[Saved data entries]
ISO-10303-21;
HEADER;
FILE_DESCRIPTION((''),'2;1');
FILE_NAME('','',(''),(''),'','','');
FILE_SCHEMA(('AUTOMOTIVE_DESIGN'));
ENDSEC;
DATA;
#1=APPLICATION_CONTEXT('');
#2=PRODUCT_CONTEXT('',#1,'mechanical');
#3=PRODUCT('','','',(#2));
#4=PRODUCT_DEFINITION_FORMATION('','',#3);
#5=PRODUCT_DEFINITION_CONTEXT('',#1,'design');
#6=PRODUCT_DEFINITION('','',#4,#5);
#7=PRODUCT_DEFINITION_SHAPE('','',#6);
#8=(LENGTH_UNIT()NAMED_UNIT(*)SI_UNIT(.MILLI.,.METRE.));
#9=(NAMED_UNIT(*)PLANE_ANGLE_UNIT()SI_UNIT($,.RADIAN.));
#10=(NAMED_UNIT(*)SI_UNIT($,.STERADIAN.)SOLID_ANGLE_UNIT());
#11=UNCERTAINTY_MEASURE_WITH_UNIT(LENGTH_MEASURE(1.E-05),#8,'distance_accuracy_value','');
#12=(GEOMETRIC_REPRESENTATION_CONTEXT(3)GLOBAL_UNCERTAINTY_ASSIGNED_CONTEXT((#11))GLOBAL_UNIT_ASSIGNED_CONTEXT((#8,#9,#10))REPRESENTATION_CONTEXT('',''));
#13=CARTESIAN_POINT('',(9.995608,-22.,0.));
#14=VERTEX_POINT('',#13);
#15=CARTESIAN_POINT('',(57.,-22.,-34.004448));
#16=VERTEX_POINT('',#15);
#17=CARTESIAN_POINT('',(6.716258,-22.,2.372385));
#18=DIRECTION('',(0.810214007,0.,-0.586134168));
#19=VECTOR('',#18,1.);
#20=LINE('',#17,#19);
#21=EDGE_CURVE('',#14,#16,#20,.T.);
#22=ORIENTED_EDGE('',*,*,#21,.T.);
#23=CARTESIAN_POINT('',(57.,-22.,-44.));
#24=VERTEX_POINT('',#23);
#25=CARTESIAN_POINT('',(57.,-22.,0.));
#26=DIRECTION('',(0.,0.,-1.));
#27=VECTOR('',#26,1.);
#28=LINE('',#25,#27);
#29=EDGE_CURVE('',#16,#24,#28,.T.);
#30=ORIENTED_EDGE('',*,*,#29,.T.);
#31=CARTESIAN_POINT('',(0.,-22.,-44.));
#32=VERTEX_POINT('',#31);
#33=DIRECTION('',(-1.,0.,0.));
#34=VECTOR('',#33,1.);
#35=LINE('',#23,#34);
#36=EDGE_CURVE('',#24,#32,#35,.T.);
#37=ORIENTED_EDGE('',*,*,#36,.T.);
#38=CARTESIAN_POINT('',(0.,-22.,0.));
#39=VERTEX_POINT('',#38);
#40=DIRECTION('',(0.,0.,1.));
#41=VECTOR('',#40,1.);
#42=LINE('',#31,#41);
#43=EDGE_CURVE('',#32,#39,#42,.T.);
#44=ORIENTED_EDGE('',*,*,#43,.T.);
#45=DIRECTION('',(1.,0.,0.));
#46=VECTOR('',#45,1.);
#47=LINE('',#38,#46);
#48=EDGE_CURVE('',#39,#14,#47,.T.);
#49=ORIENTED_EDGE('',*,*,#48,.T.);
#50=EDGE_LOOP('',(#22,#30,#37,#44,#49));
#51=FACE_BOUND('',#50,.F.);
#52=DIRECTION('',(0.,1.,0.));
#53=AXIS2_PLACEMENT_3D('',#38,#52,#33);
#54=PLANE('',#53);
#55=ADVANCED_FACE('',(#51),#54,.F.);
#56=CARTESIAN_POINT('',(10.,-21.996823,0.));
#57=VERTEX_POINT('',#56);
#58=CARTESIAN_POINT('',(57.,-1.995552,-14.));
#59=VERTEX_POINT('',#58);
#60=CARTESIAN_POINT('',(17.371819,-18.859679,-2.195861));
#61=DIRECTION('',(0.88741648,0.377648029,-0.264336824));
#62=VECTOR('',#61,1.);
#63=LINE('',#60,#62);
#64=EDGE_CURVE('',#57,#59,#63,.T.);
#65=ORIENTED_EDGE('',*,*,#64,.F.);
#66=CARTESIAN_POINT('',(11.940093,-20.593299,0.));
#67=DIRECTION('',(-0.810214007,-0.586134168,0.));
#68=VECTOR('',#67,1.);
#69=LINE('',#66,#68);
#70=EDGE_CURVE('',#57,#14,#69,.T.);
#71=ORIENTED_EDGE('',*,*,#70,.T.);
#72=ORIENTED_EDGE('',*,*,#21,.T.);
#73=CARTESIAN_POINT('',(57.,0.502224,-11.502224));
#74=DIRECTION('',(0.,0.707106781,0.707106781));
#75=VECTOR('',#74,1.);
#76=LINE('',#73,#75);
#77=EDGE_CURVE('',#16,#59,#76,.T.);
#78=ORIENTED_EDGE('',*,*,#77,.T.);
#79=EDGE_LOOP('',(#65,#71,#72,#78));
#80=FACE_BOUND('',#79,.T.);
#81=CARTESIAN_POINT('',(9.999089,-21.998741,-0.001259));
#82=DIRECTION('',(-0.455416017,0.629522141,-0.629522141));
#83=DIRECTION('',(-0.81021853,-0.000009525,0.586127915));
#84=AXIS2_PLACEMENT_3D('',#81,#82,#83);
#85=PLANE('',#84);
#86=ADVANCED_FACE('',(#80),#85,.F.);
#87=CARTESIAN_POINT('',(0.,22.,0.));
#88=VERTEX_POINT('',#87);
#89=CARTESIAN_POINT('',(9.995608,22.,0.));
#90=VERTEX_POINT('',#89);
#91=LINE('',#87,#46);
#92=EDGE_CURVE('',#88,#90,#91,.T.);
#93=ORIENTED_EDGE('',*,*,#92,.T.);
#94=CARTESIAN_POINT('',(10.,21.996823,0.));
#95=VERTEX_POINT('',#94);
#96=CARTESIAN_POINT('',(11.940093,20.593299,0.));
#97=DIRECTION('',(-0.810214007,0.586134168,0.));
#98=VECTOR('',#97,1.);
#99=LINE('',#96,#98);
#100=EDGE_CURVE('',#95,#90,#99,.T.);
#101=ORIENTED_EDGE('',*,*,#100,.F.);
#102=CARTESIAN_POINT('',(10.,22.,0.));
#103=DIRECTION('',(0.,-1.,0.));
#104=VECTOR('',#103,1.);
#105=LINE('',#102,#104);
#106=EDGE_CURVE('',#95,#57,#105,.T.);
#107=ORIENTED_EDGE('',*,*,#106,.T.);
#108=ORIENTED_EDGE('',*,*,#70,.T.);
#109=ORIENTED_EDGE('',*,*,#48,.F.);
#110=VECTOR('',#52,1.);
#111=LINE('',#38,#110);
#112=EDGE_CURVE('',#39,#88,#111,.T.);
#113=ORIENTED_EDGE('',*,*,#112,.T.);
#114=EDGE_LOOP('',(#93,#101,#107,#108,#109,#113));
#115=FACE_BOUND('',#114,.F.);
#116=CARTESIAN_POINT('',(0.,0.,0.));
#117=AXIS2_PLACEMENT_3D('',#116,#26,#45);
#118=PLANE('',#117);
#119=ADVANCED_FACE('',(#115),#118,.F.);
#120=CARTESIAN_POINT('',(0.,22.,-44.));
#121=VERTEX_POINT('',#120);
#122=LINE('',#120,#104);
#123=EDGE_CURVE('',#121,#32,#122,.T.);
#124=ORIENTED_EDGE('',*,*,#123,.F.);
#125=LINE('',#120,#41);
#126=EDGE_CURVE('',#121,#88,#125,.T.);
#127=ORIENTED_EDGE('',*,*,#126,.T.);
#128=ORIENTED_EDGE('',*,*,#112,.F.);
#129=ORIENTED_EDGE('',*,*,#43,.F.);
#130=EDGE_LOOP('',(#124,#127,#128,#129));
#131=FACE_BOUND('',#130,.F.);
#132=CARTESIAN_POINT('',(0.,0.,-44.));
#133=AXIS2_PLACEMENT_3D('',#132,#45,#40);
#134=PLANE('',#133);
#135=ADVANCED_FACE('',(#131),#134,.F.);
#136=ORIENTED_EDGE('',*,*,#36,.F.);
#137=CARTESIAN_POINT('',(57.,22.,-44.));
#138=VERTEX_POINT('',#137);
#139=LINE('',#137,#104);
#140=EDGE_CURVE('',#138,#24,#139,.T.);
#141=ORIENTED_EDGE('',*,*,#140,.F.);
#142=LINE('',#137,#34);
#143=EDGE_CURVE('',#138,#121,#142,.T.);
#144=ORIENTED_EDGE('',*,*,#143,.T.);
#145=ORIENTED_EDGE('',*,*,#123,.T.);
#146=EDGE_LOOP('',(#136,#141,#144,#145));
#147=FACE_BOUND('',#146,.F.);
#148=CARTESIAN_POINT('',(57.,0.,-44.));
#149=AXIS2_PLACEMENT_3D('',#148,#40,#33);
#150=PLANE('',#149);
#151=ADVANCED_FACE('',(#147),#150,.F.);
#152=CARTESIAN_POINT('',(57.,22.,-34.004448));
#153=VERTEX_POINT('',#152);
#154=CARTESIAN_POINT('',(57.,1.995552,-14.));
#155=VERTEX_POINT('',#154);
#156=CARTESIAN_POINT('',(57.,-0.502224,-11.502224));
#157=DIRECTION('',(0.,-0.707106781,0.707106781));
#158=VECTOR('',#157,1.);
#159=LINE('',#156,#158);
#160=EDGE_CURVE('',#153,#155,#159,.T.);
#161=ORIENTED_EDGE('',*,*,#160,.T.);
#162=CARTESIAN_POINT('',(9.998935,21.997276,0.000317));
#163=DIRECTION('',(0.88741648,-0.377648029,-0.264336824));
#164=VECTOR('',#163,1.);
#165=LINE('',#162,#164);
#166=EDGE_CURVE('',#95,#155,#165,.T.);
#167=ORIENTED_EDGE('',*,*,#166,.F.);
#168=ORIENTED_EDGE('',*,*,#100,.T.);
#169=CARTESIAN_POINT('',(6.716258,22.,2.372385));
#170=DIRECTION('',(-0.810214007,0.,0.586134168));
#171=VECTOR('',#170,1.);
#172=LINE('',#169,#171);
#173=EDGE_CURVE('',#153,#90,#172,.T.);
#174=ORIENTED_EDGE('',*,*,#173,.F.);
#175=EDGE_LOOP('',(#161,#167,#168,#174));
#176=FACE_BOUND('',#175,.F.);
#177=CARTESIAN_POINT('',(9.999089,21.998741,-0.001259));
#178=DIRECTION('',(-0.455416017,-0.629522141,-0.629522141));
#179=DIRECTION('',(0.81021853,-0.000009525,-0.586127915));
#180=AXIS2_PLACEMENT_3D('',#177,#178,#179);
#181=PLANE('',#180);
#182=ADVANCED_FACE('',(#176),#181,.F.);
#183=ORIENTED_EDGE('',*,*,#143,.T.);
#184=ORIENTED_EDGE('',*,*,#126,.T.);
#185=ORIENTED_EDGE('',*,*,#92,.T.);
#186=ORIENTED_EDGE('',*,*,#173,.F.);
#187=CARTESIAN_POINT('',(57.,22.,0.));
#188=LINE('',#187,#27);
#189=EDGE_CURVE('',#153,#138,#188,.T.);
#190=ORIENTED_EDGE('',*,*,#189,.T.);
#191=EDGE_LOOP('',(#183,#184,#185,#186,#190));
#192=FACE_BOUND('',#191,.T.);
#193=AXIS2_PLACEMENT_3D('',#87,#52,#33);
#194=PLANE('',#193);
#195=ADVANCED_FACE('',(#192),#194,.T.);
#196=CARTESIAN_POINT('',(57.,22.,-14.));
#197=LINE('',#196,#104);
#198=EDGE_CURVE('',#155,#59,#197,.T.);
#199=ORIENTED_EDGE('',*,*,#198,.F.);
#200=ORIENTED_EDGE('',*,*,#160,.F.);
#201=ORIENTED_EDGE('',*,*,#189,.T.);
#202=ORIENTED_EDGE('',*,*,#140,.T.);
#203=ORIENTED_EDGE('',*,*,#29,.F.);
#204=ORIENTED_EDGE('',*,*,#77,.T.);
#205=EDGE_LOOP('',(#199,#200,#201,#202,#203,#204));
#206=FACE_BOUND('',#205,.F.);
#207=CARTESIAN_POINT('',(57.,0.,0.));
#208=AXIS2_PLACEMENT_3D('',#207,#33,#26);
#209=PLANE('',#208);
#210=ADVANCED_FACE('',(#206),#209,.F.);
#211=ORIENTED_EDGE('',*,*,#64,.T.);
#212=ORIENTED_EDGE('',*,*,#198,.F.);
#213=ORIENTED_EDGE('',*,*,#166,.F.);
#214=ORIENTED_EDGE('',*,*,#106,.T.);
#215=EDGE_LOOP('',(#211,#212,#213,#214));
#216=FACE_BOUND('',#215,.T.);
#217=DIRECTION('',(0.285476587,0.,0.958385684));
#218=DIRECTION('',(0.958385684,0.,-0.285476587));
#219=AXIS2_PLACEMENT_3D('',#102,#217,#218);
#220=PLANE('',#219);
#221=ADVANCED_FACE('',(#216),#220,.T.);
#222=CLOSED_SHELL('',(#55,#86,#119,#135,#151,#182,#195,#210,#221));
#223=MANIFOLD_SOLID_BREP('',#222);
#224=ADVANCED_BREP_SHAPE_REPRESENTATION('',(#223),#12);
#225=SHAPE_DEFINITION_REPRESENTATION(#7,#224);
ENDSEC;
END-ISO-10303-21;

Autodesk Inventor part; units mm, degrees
ref_plane "YZ Plane" through (0, 0, 0) normal (1, 0, 0) x (0, 1, 0)
ref_plane "XZ Plane" through (0, 0, 0) normal (0, 1, 0) x (-1, 0, 0)
sketch "草圖1" plane through (0, 0, 0) normal (0, 1, 0) x (-1, 0, 0)
  line L0 (0, 0) -> (-57, 0)
  line L1 (-57, 0) -> (-57, -44)
  line L2 (-57, -44) -> (0, -44)
  line L3 (0, -44) -> (0, 0)
  dimension "d0" = 57
  dimension "d1" = 44
extrude "擠出1" add sketch "草圖1" along normal mid plane 44
sketch "草圖2" plane through (0, 22, 0) normal (0, 1, 0) x (1, 0, 0)
  line L0 (0, 0) -> (57, 0) projected
  line L1 (10, 0) -> (57, 14)
  line L2 (57, 0) -> (57, 44) projected
  dimension "d4" = 10
  dimension "d5" = 30
extrude "擠出2" cut sketch "草圖2" against normal blind 60
sketch "草圖3" plane through (57, -22, -44) normal (1, 0, 0) x (0, 0, -1)
  line L0 (-30, 24) -> (-10, 44)
  line L1 (0, 44) -> (-44, 44) projected
  line L2 (-30, 44) -> (-30, 0) projected
  point P0 (-44, 22)
  point P1 (-30, 2)
  dimension "d8" = 20
  dimension "d9" = 20
ref_plane "工作平面1" through (10, 22, 0) normal (-0.4554, -0.6295, -0.6295) x (0.8102, 0, -0.5861)
sketch "草圖4" plane through (10, 22, 0) normal (-0.4554, -0.6295, -0.6295) x (0.8102, 0, -0.5861)
  line L0 (-15.1543, -12.3218) -> (93.717, -12.3218)
  line L1 (93.717, -12.3218) -> (93.717, 28.8166)
  line L2 (93.717, 28.8166) -> (-15.1543, 28.8166)
  line L3 (-15.1543, 28.8166) -> (-15.1543, -12.3218)
  point P0 (-8.1022, 13.4037)
extrude "擠出3" cut sketch "草圖4" against normal blind 40
mirror "鏡射1" about plane through (0, 0, 0) normal (0, 1, 0) of "擠出3"
properties part number "62"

§ **What to produce**
Look above for the line with "#142=LINE('',#137,#34);" and the line with "#157=DIRECTION('',(0.,-0.707106781,0.707106781));". Write out those two lines and all the lines between them, exactly, and no others.

§ **Solution to this task**
#142=LINE('',#137,#34);
#143=EDGE_CURVE('',#138,#121,#142,.T.);
#144=ORIENTED_EDGE('',*,*,#143,.T.);
#145=ORIENTED_EDGE('',*,*,#123,.T.);
#146=EDGE_LOOP('',(#136,#141,#144,#145));
#147=FACE_BOUND('',#146,.F.);
#148=CARTESIAN_POINT('',(57.,0.,-44.));
#149=AXIS2_PLACEMENT_3D('',#148,#40,#33);
#150=PLANE('',#149);
#151=ADVANCED_FACE('',(#147),#150,.F.);
#152=CARTESIAN_POINT('',(57.,22.,-34.004448));
#153=VERTEX_POINT('',#152);
#154=CARTESIAN_POINT('',(57.,1.995552,-14.));
#155=VERTEX_POINT('',#154);
#156=CARTESIAN_POINT('',(57.,-0.502224,-11.502224));
#157=DIRECTION('',(0.,-0.707106781,0.707106781));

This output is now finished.